I did, and combed his hair back with my fingers. I watched him, and didn't shut my eyes until the very end, my fingers deep enough in Saz's shoulders to bruise.
.o.O.o.
There wasn't an after. I was trying to catch my breath and gather my wits when a terrible klaxon sounded, marking ninety four splits, the Committee-approved time for a light diurnal nap. Saz leapt out of bed to shut it off, frantically tapping in a different navigation course. I had an insumatt view of his back, and...
I squirmed when a cool trickle ran down my side. Farathoom! "There's no bathing unit on here, is there?" Thralldrap. Where would he put it?

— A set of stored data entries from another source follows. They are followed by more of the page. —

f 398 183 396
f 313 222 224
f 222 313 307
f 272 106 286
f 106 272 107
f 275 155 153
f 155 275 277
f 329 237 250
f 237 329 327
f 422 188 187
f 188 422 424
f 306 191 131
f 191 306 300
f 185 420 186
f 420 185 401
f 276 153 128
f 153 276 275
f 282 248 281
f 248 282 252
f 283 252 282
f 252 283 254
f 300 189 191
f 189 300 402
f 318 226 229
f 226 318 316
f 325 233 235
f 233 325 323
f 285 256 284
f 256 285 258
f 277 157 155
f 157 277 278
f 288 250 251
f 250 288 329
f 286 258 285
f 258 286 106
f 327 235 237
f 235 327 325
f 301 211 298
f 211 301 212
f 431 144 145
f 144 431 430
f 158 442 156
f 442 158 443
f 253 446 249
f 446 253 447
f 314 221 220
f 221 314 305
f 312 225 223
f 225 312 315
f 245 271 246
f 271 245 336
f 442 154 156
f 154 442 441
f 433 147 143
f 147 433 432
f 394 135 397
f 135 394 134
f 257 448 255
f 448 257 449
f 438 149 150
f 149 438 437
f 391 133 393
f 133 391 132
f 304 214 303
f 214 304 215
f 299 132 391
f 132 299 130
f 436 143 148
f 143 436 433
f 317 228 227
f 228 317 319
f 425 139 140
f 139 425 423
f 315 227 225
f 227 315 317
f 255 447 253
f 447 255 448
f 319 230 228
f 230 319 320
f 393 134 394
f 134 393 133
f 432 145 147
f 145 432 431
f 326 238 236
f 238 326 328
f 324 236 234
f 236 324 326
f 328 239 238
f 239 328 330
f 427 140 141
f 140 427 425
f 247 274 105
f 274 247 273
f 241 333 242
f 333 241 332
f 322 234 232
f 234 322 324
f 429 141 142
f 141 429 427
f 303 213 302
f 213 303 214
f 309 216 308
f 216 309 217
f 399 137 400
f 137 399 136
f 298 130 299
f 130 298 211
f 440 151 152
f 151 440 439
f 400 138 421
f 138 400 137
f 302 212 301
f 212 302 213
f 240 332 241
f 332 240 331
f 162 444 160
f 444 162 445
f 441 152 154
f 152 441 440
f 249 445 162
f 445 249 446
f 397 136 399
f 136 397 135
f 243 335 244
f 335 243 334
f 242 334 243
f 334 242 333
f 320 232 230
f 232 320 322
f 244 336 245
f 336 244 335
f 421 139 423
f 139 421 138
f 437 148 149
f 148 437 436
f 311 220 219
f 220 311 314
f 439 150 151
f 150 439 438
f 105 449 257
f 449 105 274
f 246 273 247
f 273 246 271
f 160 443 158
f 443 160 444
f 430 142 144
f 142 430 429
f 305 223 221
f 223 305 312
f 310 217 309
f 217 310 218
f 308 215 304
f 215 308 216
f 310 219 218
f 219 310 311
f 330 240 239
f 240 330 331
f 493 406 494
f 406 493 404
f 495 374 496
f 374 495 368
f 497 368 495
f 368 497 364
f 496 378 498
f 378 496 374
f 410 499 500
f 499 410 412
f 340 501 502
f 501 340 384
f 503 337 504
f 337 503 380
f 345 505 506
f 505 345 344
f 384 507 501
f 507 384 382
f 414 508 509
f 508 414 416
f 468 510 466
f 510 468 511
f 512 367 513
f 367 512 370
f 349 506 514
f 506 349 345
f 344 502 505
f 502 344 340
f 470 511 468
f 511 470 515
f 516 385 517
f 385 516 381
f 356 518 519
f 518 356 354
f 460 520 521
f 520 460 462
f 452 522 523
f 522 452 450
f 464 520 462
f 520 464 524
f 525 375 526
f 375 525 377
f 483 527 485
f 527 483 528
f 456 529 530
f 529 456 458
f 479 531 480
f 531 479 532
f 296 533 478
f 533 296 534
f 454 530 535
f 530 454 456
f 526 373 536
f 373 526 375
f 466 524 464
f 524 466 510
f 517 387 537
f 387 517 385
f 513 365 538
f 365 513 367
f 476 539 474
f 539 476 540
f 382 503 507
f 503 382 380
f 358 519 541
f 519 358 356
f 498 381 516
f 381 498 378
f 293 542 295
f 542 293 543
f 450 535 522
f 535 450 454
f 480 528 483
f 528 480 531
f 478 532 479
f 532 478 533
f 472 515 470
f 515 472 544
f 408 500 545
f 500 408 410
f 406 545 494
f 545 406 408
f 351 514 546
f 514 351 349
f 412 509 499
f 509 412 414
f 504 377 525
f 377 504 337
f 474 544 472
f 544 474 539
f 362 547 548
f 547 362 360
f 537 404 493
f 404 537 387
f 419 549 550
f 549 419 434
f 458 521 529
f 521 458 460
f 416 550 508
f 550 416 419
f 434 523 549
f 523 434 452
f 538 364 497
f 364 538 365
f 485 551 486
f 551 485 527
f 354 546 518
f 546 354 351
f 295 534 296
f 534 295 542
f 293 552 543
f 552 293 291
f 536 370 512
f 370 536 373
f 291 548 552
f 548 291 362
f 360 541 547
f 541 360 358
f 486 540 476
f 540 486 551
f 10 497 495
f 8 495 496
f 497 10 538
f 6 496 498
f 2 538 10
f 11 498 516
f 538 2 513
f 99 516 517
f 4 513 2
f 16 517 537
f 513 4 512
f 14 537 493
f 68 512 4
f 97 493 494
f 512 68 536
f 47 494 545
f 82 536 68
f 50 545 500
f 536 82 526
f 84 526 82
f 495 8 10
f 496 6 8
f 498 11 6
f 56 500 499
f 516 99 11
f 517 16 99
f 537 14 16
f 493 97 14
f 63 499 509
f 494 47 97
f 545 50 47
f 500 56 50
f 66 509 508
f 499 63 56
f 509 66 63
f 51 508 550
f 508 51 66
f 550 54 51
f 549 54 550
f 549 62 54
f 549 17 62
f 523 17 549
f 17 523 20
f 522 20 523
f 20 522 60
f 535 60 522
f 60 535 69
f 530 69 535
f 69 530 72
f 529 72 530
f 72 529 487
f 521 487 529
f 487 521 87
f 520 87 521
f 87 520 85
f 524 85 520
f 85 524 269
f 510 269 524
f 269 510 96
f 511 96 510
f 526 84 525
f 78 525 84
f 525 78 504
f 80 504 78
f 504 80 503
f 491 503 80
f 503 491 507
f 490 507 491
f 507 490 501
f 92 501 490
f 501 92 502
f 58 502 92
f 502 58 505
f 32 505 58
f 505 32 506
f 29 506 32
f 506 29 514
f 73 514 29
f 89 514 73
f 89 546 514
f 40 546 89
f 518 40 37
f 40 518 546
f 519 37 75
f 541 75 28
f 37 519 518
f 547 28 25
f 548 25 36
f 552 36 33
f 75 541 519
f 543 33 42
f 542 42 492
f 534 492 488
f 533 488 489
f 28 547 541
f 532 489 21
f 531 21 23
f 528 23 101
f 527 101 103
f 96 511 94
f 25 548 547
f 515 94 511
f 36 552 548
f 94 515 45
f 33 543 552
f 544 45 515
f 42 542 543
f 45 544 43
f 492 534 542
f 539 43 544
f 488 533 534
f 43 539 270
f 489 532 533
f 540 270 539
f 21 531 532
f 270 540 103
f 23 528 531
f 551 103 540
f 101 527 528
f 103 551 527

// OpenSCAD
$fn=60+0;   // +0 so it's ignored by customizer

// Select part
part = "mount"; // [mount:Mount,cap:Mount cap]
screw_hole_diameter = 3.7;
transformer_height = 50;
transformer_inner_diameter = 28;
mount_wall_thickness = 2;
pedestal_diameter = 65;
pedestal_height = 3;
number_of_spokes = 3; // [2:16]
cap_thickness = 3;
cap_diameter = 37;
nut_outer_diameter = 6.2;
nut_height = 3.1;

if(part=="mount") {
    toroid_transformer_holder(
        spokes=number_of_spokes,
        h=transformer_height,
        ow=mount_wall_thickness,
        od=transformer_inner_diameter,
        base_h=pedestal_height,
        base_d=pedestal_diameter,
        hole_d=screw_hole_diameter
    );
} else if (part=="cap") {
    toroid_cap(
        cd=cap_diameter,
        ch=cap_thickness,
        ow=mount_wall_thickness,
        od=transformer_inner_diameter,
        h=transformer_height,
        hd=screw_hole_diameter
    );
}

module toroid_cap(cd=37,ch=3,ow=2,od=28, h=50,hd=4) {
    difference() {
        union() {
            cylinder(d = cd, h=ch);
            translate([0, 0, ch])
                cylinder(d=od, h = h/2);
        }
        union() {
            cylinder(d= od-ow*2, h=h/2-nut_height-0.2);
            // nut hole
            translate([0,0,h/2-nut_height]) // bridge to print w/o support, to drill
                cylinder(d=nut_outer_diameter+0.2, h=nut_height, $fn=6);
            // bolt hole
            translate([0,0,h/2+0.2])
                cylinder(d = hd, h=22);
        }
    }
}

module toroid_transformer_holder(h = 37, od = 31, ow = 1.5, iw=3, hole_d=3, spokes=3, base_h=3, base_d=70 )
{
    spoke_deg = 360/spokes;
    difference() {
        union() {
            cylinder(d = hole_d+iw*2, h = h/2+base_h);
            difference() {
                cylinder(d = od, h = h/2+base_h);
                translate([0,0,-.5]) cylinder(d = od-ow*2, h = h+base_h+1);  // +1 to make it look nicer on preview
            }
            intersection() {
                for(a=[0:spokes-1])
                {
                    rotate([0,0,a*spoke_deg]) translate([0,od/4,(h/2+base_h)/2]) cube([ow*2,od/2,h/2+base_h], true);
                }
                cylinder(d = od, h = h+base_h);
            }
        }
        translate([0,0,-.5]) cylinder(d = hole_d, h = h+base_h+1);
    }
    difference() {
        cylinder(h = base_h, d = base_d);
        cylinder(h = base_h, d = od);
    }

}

"Just washing cloths," Saz said. Well. It was better than nothing. The dispenser unit gave me a paper-velvet cloth, warm and scented of moss-orchid. It didn't smear my painted flower-wings, at least.
"Where are we going?"
"The plane will fly to the History Tower, touch down for two splits, and then I'll take you home." Saz was getting dressed, still fiddling with the console. Across the plane from me.
I slipped into my tall boots, curled around the pit in my stomach as I touched one of the flower wings on the toe, wiping away an imaginary speck. "That would be fine."
"Ooma," Saz said, but it was me who turned away, feeling at my braids, checking for disarray.
"Ooma," Saz said, but i kept fussing until he turned me around, hands on my shoulders. I lookd down, though that meant gazing at his body. "I was startled by the alarm. I forgot that it would go off. I shouldn't have jumped up like that."
"It's fine," I said. Only an utter thralldrap would believe it. It wasn't fine at all. The cold trickle of what we'd done wrapped itself around my spine and sent chilling thoughts upward. But Saz pulled me in, and he was warm.
"It has to stay a secret," Saz said. "I hate that. But it does."
We stood together like that, barely needing to shift our feet when the bird-plane landed, but clung tighter when it took off.
"We can't tell anyone," I said. I knew that. I told myself that it made sense, as we rocked with the bird-plane's flight to Home, my stomach lurching with the descent.